Since most management systems are designed to (at some point) present something to a human (a customer service rep, a network operations engineer), these systems have been “humanized”, meaning that a specific window has been created into the network’s operation. At some point, at least some of what can be seen and done through that window may have to be turned into events (if the network is itself event-driven), but what happens underneath isn’t visible through the window. An order in an event-driven service management system has to generate an event. If we have an order API, then somewhere down the line, it has to generate an event if it front-ends a modern system. But because the system can’t be seen through the API “window” we don’t know if it does.

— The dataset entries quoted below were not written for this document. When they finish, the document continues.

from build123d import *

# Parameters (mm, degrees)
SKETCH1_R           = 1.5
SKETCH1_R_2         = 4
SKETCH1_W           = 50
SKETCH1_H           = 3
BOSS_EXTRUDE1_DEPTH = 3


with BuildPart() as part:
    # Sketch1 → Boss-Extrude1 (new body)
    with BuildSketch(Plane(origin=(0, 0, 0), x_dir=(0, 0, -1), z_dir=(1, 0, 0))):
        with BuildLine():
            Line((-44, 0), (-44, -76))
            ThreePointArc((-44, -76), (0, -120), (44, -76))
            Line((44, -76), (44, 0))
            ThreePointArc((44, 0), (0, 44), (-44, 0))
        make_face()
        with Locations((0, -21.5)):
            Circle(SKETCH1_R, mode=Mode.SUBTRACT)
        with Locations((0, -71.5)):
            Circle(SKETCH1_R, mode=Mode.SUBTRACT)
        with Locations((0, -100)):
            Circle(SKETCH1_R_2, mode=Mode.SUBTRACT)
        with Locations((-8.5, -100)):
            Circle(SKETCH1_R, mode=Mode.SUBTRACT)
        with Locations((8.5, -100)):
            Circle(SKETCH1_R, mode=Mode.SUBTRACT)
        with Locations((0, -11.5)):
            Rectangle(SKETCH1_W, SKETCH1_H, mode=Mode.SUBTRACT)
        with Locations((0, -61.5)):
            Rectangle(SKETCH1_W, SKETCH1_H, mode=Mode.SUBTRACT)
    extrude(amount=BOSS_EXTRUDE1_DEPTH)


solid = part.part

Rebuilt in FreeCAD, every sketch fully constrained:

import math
import FreeCAD as App
import Part
import Sketcher

V = App.Vector
Q = App.Units.Quantity


def add_polygon(sketch, points):
    """Adds a closed chain of lines whose ends are joined by coincident constraints."""
    first, n = sketch.GeometryCount, len(points)
    for a, b in zip(points, points[1:] + points[:1]):
        sketch.addGeometry(Part.LineSegment(App.Vector(*a, 0), App.Vector(*b, 0)), False)
    for i in range(n):
        sketch.addConstraint(Sketcher.Constraint("Coincident", first + i, 2, first + (i + 1) % n, 1))

doc = App.newDocument("Part")
body = doc.addObject("PartDesign::Body", "Body")

sketch1 = doc.addObject("Sketcher::SketchObject", "Sketch")
body.addObject(sketch1)
sketch1.AttachmentSupport = (doc.YZ_Plane, [""])
sketch1.MapMode = "FlatFace"
sketch1.addGeometry(Part.LineSegment(V(0, 44, 0), V(-76, 44, 0)), False)
sketch1.addGeometry(Part.ArcOfCircle(Part.Circle(V(-76, 0, 0), V(0, 0, 1), 44), math.radians(90), math.radians(270)), False)
sketch1.addGeometry(Part.LineSegment(V(-76, -44, 0), V(0, -44, 0)), False)
sketch1.addGeometry(Part.ArcOfCircle(Part.Circle(V(0, 0, 0), V(0, 0, 1), 44), math.radians(-90), math.radians(90)), False)
sketch1.addGeometry(Part.Circle(V(-100, 8.5, 0), V(0, 0, 1), 1.5), False)
sketch1.addGeometry(Part.Circle(V(-100, 0, 0), V(0, 0, 1), 4), False)
sketch1.addGeometry(Part.Circle(V(-100, -8.5, 0), V(0, 0, 1), 1.5), False)
sketch1.addGeometry(Part.Circle(V(-71.5, 0, 0), V(0, 0, 1), 1.5), False)
add_polygon(sketch1, [(-63, -25), (-63, 25), (-60, 25), (-60, -25)])
sketch1.addGeometry(Part.Circle(V(-21.5, 0, 0), V(0, 0, 1), 1.5), False)
add_polygon(sketch1, [(-13, -25), (-13, 25), (-10, 25), (-10, -25)])
sketch1.addConstraint(Sketcher.Constraint("Tangent", 0, 2, 1, 1))
sketch1.addConstraint(Sketcher.Constraint("Tangent", 1, 2, 2, 1))
sketch1.addConstraint(Sketcher.Constraint("Tangent", 2, 2, 3, 1))
sketch1.addConstraint(Sketcher.Constraint("Tangent", 3, 2, 0, 1))
sketch1.addConstraint(Sketcher.Constraint("Horizontal", 0))
sketch1.addConstraint(Sketcher.Constraint("Horizontal", 2))
sketch1.addConstraint(Sketcher.Constraint("Vertical", 8))
sketch1.addConstraint(Sketcher.Constraint("Horizontal", 9))
sketch1.addConstraint(Sketcher.Constraint("Vertical", 10))
sketch1.addConstraint(Sketcher.Constraint("Horizontal", 11))
sketch1.addConstraint(Sketcher.Constraint("Vertical", 13))
sketch1.addConstraint(Sketcher.Constraint("Horizontal", 14))
sketch1.addConstraint(Sketcher.Constraint("Vertical", 15))
sketch1.addConstraint(Sketcher.Constraint("Horizontal", 16))
sketch1.addConstraint(Sketcher.Constraint("Coincident", 3, 3, -1, 1))
sketch1.addConstraint(Sketcher.Constraint("Equal", 4, 6))
sketch1.addConstraint(Sketcher.Constraint("Equal", 6, 7))
sketch1.addConstraint(Sketcher.Constraint("Equal", 7, 12))
sketch1.addConstraint(Sketcher.Constraint("Symmetric", 4, 3, 6, 3, -1))
sketch1.addConstraint(Sketcher.Constraint("PointOnObject", 5, 3, -1))
sketch1.addConstraint(Sketcher.Constraint("PointOnObject", 7, 3, -1))
sketch1.addConstraint(Sketcher.Constraint("PointOnObject", 12, 3, -1))
sketch1.addConstraint(Sketcher.Constraint("Horizontal", 9, 2, 13, 2))
sketch1.addConstraint(Sketcher.Constraint("Horizontal", 11, 2, 15, 2))
sketch1.addConstraint(Sketcher.Constraint("Vertical", 4, 3, 5, 3))
sketch1.addConstraint(Sketcher.Constraint("Equal", 11, 14))
sketch1.addConstraint(Sketcher.Constraint("Diameter", 4, Q("3 mm")))
sketch1.addConstraint(Sketcher.Constraint("Diameter", 5, Q("8 mm")))
sketch1.addConstraint(Sketcher.Constraint("Radius", 1, Q("44 mm")))
sketch1.addConstraint(Sketcher.Constraint("DistanceX", 0, 2, 0, 1, Q("76 mm")))
sketch1.addConstraint(Sketcher.Constraint("DistanceX", 9, 1, 9, 2, Q("3 mm")))
sketch1.addConstraint(Sketcher.Constraint("DistanceY", 8, 1, 8, 2, Q("50 mm")))
sketch1.addConstraint(Sketcher.Constraint("DistanceX", 4, 3, -1, 1, Q("100 mm")))
sketch1.addConstraint(Sketcher.Constraint("DistanceX", 8, 2, -1, 1, Q("63 mm")))
sketch1.addConstraint(Sketcher.Constraint("DistanceY", -1, 1, 8, 2, Q("25 mm")))
sketch1.addConstraint(Sketcher.Constraint("DistanceX", 13, 2, -1, 1, Q("13 mm")))
sketch1.addConstraint(Sketcher.Constraint("DistanceY", 6, 3, 4, 3, Q("17 mm")))
sketch1.addConstraint(Sketcher.Constraint("DistanceX", 7, 3, 12, 3, Q("50 mm")))
sketch1.addConstraint(Sketcher.Constraint("DistanceX", 7, 3, -1, 1, Q("71.5 mm")))
pad1 = doc.addObject("PartDesign::Pad", "Pad")
body.addObject(pad1)
pad1.Profile = sketch1
pad1.Length = 3

doc.recompute()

This is why the API story can be dangerous. We need to think of network software, even network management software, in an event-driven way. You can’t do lifecycle automation, for example, without having the software be aware of the state of the elements of the network as it attempts to drive the network into a given behavior. At the least, that goal behavior is itself a “state”, and so is every possible step of progress toward, or away, from it. But API discussions don’t impose state/event thinking below, and in fact usually hide whatever thinking is going on.
Data-modeled, event-driven, network software is the answer to the challenges we face today in service lifecycle automation, resilience in network elements created through software instances of former appliance-driven processes, and elasticity in capacity to do stuff. If we have that, then we have a true event-driven system, and we also have the only API we need to have at the network level, the “Inject-Event” API.

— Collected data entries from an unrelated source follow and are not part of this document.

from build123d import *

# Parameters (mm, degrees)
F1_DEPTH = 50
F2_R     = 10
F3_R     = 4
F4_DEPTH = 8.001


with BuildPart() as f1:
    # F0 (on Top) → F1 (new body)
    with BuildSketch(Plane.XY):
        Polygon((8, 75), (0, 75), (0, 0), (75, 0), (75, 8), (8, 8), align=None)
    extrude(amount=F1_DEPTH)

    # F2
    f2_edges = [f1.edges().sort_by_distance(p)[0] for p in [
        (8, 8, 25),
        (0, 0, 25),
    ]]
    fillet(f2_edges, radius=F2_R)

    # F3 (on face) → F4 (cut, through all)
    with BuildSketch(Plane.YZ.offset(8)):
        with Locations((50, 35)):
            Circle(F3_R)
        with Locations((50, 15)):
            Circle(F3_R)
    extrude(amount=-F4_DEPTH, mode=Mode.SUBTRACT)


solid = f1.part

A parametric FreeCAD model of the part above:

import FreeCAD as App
import Part
import Sketcher

V = App.Vector


def edges_at(feature, points):
    """Names of the edges that pass closest to the given points."""
    edges = feature.Shape.Edges
    near = lambda p: min(range(len(edges)), key=lambda i: edges[i].distToShape(Part.Vertex(*p))[0])
    return sorted({f"Edge{near(p) + 1}" for p in points})

doc = App.newDocument("Part")
body = doc.addObject("PartDesign::Body", "Body")

sketch1 = body.newObject("Sketcher::SketchObject", "Sketch")
sketch1.AttachmentSupport = (doc.getObject("XY_Plane"), [""])
sketch1.MapMode = "FlatFace"
sketch1.addGeometry([
    Part.LineSegment(V(8, 75, 0), V(0, 75, 0)),
    Part.LineSegment(V(0, 75, 0), V(0, 0, 0)),
    Part.LineSegment(V(0, 0, 0), V(75, 0, 0)),
    Part.LineSegment(V(75, 0, 0), V(75, 8, 0)),
    Part.LineSegment(V(75, 8, 0), V(8, 8, 0)),
    Part.LineSegment(V(8, 8, 0), V(8, 75, 0)),
], False)
sketch1.addConstraint([
    Sketcher.Constraint("Coincident", 0, 2, 1, 1),
    Sketcher.Constraint("Coincident", 1, 2, 2, 1),
    Sketcher.Constraint("Coincident", 2, 2, 3, 1),
    Sketcher.Constraint("Coincident", 3, 2, 4, 1),
    Sketcher.Constraint("Coincident", 4, 2, 5, 1),
    Sketcher.Constraint("Coincident", 5, 2, 0, 1),
    Sketcher.Constraint("Horizontal", 0),
    Sketcher.Constraint("Vertical", 1),
    Sketcher.Constraint("Horizontal", 2),
    Sketcher.Constraint("Vertical", 3),
    Sketcher.Constraint("Horizontal", 4),
    Sketcher.Constraint("Vertical", 5),
    Sketcher.Constraint("Coincident", 1, 2, -1, 1),
    Sketcher.Constraint("Equal", 2, 1),
    Sketcher.Constraint("Equal", 0, 3),
    Sketcher.Constraint("DistanceX", 0, 2, 0, 1, 8.0),
    Sketcher.Constraint("DistanceX", 2, 1, 2, 2, 75.0),
])
pad1 = body.newObject("PartDesign::Pad", "Pad")
pad1.Profile = sketch1
pad1.Length = 50
doc.recompute()

fillet = body.newObject("PartDesign::Fillet", "Fillet")
fillet.Base = (pad1, edges_at(pad1, [(8, 8, 25), (0, 0, 25)]))
fillet.Radius = 10

sketch2 = body.newObject("Sketcher::SketchObject", "Sketch001")
sketch2.AttachmentSupport = (doc.getObject("YZ_Plane"), [""])
sketch2.MapMode = "FlatFace"
sketch2.AttachmentOffset = App.Placement(V(0, 0, 8), App.Rotation())
sketch2.addGeometry([
    Part.Circle(V(50, 35, 0), V(0, 0, 1), 4),
    Part.Circle(V(50, 15, 0), V(0, 0, 1), 4),
], False)
sketch2.addConstraint([
    Sketcher.Constraint("Equal", 0, 1),
    Sketcher.Constraint("Vertical", 0, 3, 1, 3),
    Sketcher.Constraint("Diameter", 0, 8.0),
    Sketcher.Constraint("DistanceX", -1, 1, 0, 3, 50.0),
    Sketcher.Constraint("DistanceY", -1, 1, 0, 3, 35.0),
    Sketcher.Constraint("DistanceY", -1, 1, 1, 3, 15.0),
])
pocket1 = body.newObject("PartDesign::Pocket", "Pocket")
pocket1.Profile = sketch2
pocket1.Type = "ThroughAll"

doc.recompute()
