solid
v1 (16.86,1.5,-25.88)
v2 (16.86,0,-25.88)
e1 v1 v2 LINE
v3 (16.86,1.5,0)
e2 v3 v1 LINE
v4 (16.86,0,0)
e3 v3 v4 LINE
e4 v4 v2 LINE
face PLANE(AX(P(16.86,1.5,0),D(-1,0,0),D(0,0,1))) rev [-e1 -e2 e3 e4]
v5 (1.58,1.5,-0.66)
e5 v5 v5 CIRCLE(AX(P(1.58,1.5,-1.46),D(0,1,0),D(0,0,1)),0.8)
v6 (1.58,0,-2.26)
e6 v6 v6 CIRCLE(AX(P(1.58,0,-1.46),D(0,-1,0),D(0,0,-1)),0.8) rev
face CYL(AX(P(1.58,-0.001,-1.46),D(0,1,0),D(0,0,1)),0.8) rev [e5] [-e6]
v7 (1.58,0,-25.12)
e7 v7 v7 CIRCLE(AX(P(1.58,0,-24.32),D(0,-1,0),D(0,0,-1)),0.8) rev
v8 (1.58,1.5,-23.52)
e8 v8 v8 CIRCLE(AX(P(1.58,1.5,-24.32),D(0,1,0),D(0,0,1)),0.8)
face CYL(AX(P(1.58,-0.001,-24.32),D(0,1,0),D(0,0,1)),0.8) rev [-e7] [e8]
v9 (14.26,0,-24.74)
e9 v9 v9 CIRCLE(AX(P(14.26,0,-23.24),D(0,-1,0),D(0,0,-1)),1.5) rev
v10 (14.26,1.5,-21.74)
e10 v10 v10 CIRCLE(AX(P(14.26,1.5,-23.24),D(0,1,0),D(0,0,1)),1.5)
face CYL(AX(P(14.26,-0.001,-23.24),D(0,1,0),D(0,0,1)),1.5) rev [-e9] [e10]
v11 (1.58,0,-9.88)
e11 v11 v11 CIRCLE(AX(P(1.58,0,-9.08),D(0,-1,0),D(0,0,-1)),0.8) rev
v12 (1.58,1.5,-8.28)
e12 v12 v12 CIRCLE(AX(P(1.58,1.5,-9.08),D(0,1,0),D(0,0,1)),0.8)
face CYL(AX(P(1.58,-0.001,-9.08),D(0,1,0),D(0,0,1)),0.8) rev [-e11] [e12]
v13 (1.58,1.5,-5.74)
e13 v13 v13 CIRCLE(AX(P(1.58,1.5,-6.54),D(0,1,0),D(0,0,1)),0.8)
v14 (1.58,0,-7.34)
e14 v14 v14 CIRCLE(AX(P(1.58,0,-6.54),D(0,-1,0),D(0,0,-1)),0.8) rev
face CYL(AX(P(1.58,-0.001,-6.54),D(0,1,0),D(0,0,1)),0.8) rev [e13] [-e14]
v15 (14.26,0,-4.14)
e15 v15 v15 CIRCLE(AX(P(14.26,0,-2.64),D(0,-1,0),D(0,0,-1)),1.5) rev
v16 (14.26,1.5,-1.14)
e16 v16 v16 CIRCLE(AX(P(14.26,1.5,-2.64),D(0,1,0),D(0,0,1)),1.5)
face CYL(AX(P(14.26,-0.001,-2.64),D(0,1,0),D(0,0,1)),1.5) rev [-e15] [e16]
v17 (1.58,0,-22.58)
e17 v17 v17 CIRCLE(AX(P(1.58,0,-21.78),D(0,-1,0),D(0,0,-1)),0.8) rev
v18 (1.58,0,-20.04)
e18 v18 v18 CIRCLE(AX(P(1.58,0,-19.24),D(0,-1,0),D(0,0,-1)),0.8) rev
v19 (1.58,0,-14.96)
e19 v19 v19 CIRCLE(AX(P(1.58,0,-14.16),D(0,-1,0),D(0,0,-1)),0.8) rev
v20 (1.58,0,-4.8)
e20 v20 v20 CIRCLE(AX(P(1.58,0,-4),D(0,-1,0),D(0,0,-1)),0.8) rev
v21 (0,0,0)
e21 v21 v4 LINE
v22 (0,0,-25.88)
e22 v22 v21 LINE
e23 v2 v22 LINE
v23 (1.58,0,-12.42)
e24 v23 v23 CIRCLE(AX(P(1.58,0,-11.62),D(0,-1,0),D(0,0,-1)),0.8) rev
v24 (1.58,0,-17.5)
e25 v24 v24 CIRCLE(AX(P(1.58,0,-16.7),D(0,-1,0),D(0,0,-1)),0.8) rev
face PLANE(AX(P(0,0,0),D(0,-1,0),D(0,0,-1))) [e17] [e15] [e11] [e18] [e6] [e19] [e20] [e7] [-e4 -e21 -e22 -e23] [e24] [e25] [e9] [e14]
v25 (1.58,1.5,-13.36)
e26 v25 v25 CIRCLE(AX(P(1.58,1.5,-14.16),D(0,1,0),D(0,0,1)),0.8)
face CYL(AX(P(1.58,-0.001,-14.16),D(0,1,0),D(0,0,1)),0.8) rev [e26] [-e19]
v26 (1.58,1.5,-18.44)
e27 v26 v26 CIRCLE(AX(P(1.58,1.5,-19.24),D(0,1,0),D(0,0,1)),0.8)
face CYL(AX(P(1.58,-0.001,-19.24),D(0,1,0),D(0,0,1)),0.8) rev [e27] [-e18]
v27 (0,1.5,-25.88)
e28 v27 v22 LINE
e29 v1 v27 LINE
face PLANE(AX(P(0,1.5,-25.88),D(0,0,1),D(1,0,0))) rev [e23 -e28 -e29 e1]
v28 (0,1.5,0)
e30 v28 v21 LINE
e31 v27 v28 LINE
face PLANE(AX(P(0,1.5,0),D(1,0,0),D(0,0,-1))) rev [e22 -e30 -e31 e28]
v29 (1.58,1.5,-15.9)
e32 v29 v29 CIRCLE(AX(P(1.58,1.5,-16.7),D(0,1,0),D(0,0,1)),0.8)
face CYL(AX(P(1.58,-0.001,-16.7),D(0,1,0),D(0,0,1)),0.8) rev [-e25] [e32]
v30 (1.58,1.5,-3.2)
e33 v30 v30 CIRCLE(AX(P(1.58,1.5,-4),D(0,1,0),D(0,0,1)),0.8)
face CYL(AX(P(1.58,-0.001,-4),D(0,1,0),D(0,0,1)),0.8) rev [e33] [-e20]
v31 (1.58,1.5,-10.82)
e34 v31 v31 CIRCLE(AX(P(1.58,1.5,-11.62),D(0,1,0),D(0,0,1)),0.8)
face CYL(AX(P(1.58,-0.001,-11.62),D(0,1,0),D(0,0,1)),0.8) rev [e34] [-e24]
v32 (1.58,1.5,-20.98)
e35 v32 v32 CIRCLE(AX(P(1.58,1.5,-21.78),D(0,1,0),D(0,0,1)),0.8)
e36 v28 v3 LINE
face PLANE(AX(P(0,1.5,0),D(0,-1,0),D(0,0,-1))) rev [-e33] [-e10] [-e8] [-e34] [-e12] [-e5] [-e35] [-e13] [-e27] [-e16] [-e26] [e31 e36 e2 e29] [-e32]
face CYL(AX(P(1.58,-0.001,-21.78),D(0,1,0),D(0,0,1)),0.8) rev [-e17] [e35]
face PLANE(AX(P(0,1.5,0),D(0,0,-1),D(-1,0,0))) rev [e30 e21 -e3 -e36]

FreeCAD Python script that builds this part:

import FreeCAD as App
import Part
import Sketcher
Q = App.Units.Quantity

doc = App.newDocument("Part")
body = doc.addObject("PartDesign::Body", "Body")

sketch1 = body.newObject("Sketcher::SketchObject", "Sketch")
sketch1.AttachmentSupport = (doc.getObject("XZ_Plane"), [""])
sketch1.MapMode = "FlatFace"
sketch1.addGeometry([
    Part.LineSegment(App.Vector(0, -26, 0), App.Vector(0, 0, 0)),
    Part.LineSegment(App.Vector(0, 0, 0), App.Vector(17, 0, 0)),
    Part.LineSegment(App.Vector(17, 0, 0), App.Vector(17, -26, 0)),
    Part.LineSegment(App.Vector(17, -26, 0), App.Vector(0, -26, 0)),
], False)
sketch1.addConstraint([
    Sketcher.Constraint("Coincident", 0, 2, 1, 1),
    Sketcher.Constraint("Coincident", 1, 2, 2, 1),
    Sketcher.Constraint("Coincident", 2, 2, 3, 1),
    Sketcher.Constraint("Coincident", 3, 2, 0, 1),
    Sketcher.Constraint("Vertical", 0),
    Sketcher.Constraint("Horizontal", 1),
    Sketcher.Constraint("Vertical", 2),
    Sketcher.Constraint("Horizontal", 3),
    Sketcher.Constraint("Coincident", 0, 2, -1, 1),
    Sketcher.Constraint("DistanceX", 1, 1, 1, 2, Q("16.86 mm")),
    Sketcher.Constraint("DistanceY", 0, 1, 0, 2, Q("25.88 mm")),
])
pad1 = body.newObject("PartDesign::Pad", "Pad")
pad1.Profile = sketch1
pad1.Length = 1.5
pad1.Reversed = True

To my mind, the easiest and best way to do APIs is to start with the functional architecture of what you want to do—the division of features and capabilities. You then factor in the application’s “model”, the way that components relate to each other and to outside users, and what you get is a structural picture of the application at the top level. This is where APIs should be considered first, and hardest, but it’s a picture we rarely hear about, and judge even less often.
When someone talks about APIs alone, they’re not telling you (or me) enough to be able to judge the value of what’s being exposed. Is it 1980s technology, monolithic and cumbersome, or is it 2020 technology with events, microservices, and so forth? There is a huge difference, and those who don’t accept that now may find out the truth the hard way when they try to deploy their wares broadly.